Poor people imprisoned because they can't afford bail

About a year ago, the U.S. Department of Justice declared that the current bail system--wherein offenders are confined to jail when they can't afford bail--is unconstitutional. Despite that, many are still being punished and imprisoned, especially those who are poor, when they are unable to pay bail to get out.
Among several previous cases that involves a poor defendant accused of a nonviolent charge, most of them had to stay in jail because they can't afford the bail money. It had been deemed an unfair practice considering that there are some judges that issue court fees and fines while completely ignoring their financial situation and jailing them when they fail to pay.

According to records, over 60 percent of people in jail haven't even gone into trial and about 90 percent stay in jail because they can't afford bail.

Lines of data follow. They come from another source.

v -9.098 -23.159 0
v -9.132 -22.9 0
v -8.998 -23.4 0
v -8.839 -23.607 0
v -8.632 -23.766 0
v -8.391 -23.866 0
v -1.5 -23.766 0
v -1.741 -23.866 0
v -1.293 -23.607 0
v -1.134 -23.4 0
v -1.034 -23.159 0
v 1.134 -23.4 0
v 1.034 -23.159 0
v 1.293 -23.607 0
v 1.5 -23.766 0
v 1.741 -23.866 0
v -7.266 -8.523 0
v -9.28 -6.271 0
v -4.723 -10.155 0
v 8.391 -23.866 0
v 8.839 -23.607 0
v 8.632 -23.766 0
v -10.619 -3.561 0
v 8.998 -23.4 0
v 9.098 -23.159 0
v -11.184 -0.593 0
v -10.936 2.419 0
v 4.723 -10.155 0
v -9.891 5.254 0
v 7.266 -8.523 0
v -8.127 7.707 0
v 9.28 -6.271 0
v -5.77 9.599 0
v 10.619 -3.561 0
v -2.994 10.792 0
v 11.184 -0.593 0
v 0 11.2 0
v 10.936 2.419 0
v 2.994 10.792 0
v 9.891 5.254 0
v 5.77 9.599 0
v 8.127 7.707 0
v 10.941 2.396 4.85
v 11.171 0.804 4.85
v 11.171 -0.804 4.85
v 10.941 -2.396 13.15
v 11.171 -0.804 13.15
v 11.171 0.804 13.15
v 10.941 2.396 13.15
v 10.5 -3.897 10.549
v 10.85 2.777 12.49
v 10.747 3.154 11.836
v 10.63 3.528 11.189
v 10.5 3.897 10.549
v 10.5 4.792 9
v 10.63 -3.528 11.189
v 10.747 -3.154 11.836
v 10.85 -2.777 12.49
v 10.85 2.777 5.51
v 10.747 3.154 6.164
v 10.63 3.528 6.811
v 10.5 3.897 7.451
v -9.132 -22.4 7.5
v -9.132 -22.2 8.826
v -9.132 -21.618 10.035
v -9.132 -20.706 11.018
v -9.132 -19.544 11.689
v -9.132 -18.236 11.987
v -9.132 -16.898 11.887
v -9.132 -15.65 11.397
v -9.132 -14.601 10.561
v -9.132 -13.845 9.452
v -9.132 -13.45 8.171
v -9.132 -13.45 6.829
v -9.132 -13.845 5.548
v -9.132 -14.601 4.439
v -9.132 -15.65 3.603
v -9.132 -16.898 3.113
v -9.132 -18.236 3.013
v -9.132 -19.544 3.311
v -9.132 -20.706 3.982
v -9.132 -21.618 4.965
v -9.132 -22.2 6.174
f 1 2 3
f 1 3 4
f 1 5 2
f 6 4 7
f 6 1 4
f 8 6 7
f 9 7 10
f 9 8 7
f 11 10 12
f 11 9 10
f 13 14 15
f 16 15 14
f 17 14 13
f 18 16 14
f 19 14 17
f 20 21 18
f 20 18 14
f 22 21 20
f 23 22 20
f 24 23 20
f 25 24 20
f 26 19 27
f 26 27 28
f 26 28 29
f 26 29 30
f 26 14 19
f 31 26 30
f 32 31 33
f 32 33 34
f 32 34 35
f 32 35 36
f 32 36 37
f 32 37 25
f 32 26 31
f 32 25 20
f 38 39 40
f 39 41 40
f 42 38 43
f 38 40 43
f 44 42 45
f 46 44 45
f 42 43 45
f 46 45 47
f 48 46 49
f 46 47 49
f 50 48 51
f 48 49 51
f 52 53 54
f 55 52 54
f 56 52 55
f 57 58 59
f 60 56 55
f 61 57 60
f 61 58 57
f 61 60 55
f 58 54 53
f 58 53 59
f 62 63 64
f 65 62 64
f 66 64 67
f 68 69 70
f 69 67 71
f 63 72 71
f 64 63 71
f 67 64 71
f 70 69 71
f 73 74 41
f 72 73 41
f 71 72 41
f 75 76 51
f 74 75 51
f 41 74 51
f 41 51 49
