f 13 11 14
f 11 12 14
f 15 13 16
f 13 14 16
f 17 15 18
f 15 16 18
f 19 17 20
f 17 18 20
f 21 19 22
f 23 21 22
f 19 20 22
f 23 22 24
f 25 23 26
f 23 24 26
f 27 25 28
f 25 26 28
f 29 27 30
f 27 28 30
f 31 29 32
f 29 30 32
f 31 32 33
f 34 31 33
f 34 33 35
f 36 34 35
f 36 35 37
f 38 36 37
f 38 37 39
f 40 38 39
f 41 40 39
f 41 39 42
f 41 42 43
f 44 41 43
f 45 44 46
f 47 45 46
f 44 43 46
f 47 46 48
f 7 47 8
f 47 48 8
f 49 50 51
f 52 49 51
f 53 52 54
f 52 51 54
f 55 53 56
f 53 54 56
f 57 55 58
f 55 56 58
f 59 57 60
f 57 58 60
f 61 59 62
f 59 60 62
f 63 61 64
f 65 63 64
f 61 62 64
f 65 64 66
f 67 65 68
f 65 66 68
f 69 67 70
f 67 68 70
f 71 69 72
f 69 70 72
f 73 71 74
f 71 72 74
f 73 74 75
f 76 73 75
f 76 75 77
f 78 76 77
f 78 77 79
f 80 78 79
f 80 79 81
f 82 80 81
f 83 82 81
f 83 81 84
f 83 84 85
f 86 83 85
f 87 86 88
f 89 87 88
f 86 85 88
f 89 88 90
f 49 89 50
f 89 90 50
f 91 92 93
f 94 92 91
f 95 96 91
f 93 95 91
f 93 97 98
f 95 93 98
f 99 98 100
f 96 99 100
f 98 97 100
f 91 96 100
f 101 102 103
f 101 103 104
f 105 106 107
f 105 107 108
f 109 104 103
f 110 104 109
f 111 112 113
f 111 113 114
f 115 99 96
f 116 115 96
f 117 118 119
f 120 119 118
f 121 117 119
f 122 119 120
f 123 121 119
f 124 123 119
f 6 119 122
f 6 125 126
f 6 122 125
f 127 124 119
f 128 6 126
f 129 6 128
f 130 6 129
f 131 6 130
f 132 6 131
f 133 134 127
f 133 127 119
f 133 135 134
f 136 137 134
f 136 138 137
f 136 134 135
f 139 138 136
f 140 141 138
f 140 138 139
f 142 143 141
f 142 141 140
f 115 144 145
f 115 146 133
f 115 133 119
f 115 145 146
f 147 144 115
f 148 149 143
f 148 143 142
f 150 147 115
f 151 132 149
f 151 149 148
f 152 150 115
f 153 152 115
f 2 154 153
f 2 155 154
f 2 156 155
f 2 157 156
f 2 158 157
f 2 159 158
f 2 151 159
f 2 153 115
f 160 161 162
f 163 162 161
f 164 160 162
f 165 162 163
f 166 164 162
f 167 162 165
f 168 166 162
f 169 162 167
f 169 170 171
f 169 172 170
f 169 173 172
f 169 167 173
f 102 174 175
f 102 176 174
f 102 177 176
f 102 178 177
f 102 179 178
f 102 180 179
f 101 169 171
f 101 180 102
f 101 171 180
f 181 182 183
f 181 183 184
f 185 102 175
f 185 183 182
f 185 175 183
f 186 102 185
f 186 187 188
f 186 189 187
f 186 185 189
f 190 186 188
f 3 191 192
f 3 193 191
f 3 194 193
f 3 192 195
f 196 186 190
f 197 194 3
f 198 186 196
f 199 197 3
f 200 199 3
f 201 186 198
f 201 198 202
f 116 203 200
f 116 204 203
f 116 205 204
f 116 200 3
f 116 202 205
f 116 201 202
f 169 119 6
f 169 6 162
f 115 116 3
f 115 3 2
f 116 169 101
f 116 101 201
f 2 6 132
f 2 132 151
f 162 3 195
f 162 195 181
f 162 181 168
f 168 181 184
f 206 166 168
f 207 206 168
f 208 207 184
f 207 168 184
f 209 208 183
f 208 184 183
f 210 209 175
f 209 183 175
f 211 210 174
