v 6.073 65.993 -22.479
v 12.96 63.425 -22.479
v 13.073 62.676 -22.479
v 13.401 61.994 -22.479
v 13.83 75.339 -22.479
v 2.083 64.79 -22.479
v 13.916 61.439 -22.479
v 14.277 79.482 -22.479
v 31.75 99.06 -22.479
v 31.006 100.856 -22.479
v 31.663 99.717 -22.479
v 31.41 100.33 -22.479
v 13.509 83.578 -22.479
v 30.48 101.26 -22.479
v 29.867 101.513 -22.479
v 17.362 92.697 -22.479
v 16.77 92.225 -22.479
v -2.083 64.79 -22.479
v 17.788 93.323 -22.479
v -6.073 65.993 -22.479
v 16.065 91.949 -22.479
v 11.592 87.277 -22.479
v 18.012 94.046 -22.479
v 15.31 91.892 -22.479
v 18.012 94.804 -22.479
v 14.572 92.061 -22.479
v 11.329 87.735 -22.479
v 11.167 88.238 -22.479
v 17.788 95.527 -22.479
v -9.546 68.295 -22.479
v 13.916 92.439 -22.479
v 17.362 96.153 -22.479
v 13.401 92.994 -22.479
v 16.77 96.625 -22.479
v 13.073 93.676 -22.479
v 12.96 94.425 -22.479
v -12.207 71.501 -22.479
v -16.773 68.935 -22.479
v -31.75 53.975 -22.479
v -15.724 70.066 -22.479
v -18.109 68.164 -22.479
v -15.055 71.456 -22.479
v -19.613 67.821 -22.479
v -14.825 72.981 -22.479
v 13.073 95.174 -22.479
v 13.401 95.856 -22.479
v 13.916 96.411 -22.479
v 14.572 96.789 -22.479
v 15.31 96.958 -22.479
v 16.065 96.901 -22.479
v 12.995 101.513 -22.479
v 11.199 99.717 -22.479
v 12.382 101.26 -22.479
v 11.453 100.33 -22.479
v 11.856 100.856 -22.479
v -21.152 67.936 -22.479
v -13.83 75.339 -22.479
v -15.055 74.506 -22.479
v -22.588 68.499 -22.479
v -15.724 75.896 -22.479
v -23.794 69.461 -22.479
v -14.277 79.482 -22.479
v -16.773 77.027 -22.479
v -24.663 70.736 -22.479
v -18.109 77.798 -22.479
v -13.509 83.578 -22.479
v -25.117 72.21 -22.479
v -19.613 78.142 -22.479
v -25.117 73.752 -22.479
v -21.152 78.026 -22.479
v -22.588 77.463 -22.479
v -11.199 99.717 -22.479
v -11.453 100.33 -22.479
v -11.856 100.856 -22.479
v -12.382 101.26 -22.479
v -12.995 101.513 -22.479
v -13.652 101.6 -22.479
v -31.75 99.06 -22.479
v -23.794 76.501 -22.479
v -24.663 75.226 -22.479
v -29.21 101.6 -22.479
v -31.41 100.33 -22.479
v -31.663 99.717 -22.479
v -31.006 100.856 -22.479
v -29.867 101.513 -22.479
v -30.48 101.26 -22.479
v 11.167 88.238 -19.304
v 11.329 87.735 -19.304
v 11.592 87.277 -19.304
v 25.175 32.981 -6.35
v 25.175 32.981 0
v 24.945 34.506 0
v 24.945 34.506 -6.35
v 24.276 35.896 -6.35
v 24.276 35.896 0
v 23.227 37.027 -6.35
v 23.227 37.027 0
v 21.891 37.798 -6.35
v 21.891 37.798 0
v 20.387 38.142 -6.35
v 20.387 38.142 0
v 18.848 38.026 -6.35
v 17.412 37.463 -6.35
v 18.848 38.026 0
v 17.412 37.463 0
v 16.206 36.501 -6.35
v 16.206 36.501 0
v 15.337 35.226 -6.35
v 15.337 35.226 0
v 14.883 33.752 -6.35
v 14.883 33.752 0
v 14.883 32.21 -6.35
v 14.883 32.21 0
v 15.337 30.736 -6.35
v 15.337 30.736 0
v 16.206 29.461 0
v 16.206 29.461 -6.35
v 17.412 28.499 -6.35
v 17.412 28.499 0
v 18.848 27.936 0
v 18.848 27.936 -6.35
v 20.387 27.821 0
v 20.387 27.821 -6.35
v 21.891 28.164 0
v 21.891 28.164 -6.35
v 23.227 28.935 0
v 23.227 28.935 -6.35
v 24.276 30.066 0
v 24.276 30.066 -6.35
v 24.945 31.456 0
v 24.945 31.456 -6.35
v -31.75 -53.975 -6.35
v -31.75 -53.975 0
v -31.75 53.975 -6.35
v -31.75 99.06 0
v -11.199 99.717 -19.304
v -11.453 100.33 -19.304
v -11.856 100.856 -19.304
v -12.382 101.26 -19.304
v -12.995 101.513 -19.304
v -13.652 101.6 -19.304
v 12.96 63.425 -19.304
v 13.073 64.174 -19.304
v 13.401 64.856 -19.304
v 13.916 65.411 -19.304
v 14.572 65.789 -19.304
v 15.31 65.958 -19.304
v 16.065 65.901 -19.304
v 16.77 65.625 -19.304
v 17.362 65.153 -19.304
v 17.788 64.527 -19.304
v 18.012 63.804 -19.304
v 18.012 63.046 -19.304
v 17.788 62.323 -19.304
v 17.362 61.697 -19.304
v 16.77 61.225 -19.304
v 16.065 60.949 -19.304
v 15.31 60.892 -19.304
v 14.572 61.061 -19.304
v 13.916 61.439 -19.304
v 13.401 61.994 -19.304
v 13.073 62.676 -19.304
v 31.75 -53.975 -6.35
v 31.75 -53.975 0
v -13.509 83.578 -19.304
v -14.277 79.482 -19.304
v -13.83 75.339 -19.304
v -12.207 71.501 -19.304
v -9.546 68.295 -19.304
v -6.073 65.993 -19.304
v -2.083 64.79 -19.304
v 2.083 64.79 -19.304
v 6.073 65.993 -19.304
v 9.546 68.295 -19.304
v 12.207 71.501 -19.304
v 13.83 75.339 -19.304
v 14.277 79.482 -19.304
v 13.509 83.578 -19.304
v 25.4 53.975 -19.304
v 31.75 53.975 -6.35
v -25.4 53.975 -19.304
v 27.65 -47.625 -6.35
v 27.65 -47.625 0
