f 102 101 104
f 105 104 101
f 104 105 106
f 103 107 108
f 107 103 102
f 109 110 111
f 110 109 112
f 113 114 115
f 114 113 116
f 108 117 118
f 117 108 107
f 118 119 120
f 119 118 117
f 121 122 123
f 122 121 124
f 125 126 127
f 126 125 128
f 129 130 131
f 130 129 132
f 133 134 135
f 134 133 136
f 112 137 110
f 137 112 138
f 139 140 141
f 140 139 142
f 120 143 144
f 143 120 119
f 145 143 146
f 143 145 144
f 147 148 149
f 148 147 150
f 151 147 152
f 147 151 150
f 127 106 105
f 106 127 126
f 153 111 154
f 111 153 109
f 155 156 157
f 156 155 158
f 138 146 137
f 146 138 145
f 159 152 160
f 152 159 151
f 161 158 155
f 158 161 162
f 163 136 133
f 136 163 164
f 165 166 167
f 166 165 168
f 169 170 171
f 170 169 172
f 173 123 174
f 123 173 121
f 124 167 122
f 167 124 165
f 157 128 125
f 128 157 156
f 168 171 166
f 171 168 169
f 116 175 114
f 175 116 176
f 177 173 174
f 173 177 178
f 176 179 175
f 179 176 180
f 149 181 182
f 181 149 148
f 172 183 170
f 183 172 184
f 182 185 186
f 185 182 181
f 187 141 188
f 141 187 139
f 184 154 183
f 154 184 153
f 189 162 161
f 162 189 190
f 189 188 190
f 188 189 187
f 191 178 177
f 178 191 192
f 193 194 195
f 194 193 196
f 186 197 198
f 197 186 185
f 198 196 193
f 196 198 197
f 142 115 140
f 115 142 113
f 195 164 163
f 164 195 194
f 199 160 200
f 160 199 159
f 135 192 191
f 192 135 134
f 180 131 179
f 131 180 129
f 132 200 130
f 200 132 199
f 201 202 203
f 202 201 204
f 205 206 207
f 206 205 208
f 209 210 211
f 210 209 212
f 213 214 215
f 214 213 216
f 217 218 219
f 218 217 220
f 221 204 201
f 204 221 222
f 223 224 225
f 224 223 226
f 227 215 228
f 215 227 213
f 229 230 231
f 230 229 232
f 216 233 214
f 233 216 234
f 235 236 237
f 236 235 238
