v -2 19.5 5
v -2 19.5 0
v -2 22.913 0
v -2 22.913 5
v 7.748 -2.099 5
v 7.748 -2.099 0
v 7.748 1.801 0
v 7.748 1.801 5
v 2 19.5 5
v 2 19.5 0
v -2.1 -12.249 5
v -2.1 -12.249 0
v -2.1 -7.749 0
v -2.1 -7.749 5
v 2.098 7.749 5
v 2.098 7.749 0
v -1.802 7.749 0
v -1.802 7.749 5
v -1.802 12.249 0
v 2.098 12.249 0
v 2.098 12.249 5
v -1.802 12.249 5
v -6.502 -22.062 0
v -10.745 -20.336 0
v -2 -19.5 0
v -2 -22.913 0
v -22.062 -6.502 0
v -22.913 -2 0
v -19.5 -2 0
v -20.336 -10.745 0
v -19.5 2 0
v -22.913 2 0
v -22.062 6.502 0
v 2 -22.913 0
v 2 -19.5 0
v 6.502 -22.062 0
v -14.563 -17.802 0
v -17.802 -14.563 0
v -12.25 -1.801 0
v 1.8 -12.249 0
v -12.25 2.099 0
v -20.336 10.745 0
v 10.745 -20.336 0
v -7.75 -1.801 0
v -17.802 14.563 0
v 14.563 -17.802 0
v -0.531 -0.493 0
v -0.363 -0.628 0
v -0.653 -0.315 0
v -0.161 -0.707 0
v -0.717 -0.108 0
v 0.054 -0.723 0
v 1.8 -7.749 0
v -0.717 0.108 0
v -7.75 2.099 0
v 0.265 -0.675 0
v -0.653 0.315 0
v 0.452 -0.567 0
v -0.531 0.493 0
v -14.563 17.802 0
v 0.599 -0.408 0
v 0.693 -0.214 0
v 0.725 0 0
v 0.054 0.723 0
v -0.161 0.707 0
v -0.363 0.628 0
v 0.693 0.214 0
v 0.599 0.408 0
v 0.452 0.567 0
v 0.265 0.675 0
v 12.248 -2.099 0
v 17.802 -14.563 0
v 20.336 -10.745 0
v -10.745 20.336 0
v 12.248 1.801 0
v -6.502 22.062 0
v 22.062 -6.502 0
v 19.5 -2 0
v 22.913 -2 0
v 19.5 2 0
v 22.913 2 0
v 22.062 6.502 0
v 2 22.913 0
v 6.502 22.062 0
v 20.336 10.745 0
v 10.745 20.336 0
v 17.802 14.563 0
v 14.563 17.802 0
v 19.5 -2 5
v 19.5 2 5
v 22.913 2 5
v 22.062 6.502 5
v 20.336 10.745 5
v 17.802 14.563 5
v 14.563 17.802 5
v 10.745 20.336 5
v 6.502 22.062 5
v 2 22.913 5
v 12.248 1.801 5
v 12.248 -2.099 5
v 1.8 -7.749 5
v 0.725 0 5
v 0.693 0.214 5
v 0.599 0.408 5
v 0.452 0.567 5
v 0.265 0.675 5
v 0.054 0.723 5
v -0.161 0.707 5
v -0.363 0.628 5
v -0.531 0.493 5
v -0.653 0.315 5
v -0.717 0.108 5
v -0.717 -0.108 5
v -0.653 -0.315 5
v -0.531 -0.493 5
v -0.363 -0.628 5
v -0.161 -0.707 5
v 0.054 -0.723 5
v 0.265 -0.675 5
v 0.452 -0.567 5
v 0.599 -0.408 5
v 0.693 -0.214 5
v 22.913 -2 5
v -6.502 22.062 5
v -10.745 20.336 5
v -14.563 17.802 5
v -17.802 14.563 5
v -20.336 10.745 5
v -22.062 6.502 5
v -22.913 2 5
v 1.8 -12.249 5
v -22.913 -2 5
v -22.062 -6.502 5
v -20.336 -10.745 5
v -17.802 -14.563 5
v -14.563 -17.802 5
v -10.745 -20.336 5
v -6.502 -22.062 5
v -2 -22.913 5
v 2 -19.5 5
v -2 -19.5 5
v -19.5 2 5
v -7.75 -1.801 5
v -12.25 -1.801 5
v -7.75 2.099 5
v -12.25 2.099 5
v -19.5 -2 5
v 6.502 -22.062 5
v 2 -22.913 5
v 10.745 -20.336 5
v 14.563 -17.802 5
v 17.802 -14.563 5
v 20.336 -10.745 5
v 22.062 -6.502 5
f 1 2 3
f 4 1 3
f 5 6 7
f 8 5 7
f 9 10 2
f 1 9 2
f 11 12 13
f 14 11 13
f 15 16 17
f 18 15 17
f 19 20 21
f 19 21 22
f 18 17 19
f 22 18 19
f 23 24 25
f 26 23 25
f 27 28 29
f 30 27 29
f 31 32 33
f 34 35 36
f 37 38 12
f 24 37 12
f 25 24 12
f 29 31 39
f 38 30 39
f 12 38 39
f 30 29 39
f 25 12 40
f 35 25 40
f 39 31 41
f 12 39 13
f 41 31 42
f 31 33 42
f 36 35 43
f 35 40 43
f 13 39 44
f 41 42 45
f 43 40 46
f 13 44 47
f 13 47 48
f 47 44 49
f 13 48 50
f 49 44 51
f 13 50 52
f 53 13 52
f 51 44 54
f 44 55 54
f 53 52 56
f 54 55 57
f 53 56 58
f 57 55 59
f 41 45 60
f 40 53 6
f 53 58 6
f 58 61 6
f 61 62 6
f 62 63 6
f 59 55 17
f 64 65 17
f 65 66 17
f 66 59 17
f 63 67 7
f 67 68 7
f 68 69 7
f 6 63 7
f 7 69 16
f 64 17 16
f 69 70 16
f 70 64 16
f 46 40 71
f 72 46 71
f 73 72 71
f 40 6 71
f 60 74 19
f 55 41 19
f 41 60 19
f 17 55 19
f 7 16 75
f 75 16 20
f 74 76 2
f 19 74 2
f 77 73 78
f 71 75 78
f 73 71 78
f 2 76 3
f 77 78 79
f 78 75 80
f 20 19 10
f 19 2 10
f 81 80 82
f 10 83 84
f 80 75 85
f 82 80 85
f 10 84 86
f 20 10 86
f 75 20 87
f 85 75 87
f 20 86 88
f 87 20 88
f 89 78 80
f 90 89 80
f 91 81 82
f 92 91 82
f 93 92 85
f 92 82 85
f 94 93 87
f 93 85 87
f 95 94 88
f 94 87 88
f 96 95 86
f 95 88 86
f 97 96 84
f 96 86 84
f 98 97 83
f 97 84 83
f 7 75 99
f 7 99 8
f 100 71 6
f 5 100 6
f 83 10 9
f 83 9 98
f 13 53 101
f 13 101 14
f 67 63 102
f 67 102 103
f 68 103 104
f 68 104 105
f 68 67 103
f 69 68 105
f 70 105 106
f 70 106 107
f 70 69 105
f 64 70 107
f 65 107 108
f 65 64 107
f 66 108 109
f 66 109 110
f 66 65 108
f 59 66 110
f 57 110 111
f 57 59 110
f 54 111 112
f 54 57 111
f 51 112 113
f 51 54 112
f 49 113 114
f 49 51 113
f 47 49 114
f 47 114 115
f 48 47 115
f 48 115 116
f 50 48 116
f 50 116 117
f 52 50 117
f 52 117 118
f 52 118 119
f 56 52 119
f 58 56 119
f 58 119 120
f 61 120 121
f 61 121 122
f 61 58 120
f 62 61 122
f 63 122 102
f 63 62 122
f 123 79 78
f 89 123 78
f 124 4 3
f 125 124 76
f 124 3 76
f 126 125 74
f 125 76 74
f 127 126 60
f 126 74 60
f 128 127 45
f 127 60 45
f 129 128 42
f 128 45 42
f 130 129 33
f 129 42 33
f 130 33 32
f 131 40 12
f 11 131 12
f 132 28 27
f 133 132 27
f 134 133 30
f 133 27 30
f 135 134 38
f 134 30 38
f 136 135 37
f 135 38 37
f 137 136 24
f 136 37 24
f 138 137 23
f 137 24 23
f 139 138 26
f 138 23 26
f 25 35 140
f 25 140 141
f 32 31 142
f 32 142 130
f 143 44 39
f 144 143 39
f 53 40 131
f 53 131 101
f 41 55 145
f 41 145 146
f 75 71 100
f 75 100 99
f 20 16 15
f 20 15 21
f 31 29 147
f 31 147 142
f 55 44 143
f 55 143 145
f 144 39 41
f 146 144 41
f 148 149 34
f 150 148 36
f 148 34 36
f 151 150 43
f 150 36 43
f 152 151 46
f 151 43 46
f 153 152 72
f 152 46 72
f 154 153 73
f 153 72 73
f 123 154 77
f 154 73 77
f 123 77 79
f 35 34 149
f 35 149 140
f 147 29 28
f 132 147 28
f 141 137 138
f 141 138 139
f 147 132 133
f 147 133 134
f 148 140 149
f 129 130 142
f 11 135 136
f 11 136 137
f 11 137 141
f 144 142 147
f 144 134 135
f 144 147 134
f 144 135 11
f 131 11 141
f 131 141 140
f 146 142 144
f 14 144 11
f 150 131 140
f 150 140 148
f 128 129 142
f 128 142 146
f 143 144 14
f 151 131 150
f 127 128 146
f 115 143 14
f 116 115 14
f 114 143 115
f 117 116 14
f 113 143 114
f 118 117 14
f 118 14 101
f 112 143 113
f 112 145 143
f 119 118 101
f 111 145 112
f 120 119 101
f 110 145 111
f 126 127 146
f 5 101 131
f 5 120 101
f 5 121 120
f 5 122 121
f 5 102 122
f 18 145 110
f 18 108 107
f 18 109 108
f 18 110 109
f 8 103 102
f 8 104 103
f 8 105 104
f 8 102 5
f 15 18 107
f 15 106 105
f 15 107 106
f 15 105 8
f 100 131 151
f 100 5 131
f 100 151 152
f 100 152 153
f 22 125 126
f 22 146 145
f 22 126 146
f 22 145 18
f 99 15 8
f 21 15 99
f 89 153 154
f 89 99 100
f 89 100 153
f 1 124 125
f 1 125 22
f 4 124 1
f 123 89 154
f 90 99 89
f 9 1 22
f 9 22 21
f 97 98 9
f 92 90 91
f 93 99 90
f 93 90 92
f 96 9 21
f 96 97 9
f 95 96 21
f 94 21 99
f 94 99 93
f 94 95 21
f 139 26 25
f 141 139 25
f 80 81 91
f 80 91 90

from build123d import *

# Parameters (mm, degrees)
SKETCH1_R           = 23
SKETCH1_R_2         = 0.725
BOSS_EXTRUDE1_DEPTH = 5
SKETCH2_W           = 4.5
SKETCH2_H           = 3.9
SKETCH2_W_2         = 3.9
SKETCH2_H_2         = 4.5
CUT_EXTRUDE1_DEPTH  = 6
SKETCH3_W           = 7
SKETCH3_H           = 4
SKETCH3_W_2         = 4
SKETCH3_H_2         = 7
CUT_EXTRUDE2_DEPTH  = 6


with BuildPart() as part:
    # Sketch1 → Boss-Extrude1 (new body)
    with BuildSketch(Plane.XY):
        Circle(SKETCH1_R)
        Circle(SKETCH1_R_2, mode=Mode.SUBTRACT)
    extrude(amount=BOSS_EXTRUDE1_DEPTH)

    # Sketch2 → Cut-Extrude1 (cut, through all)
    with BuildSketch(Plane(origin=(0, 0, 0), x_dir=(-1, 0, 0), z_dir=(0, 0, -1))):
        with Locations((9.999907629, 0.148804685)):
            Rectangle(SKETCH2_W, SKETCH2_H)
        with Locations((-0.147804685, 9.998907629)):
            Rectangle(SKETCH2_W_2, SKETCH2_H_2)
        with Locations((0.149804685, -9.998907629)):
            Rectangle(SKETCH2_W_2, SKETCH2_H_2)
        with Locations((-9.997907629, -0.148804685)):
            Rectangle(SKETCH2_W, SKETCH2_H)
    extrude(amount=-CUT_EXTRUDE1_DEPTH, mode=Mode.SUBTRACT)

    # Sketch3 → Cut-Extrude2 (cut, through all)
    with BuildSketch(Plane(origin=(0, 0, 0), x_dir=(-1, 0, 0), z_dir=(0, 0, -1))):
        with Locations((23, 0)):
            Rectangle(SKETCH3_W, SKETCH3_H)
        with Locations((0, 23)):
            Rectangle(SKETCH3_W_2, SKETCH3_H_2)
        with Locations((0, -23)):
            Rectangle(SKETCH3_W_2, SKETCH3_H_2)
        with Locations((-23, 0)):
            Rectangle(SKETCH3_W, SKETCH3_H)
    extrude(amount=-CUT_EXTRUDE2_DEPTH, mode=Mode.SUBTRACT)


solid = part.part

Because of this, they can lose jobs, housing, and even custody of their child, even though they are not yet proven guilty.

In hopes to eliminate that, U.S. District Judge Sarah S. Vance ruled that the 14th Amendment does not allow imprisoning criminal defendants who cannot afford to pay the court-ordered fees and fines without giving them the chance to plead poverty.

The ruling ended the three-year lawsuit against Orleans Parish Criminal District Court judges who were discovered to be issuing fees against defendants who can't even afford an attorney. It also exposed the "conflict of interest" in the institution wherein $1 million of the fees collected yearly goes to funds for judges' benefits and staff salaries.

President and executive director of the Lawyers' Committee for Civil Rights Under Law, Kristen Clarke, is hoping the ruling could indeed make changes.

"America treats being poor as a crime, disproportionately victimizing people of color... This ruling ensures that people can no longer be thrown in jail in New Orleans Parish for their poverty alone," she told NPR, noting that "state officials should take this as their cue [to] begin the necessary work required to end this 'user-pay' justice system, built on the backs of the poor, once and for all."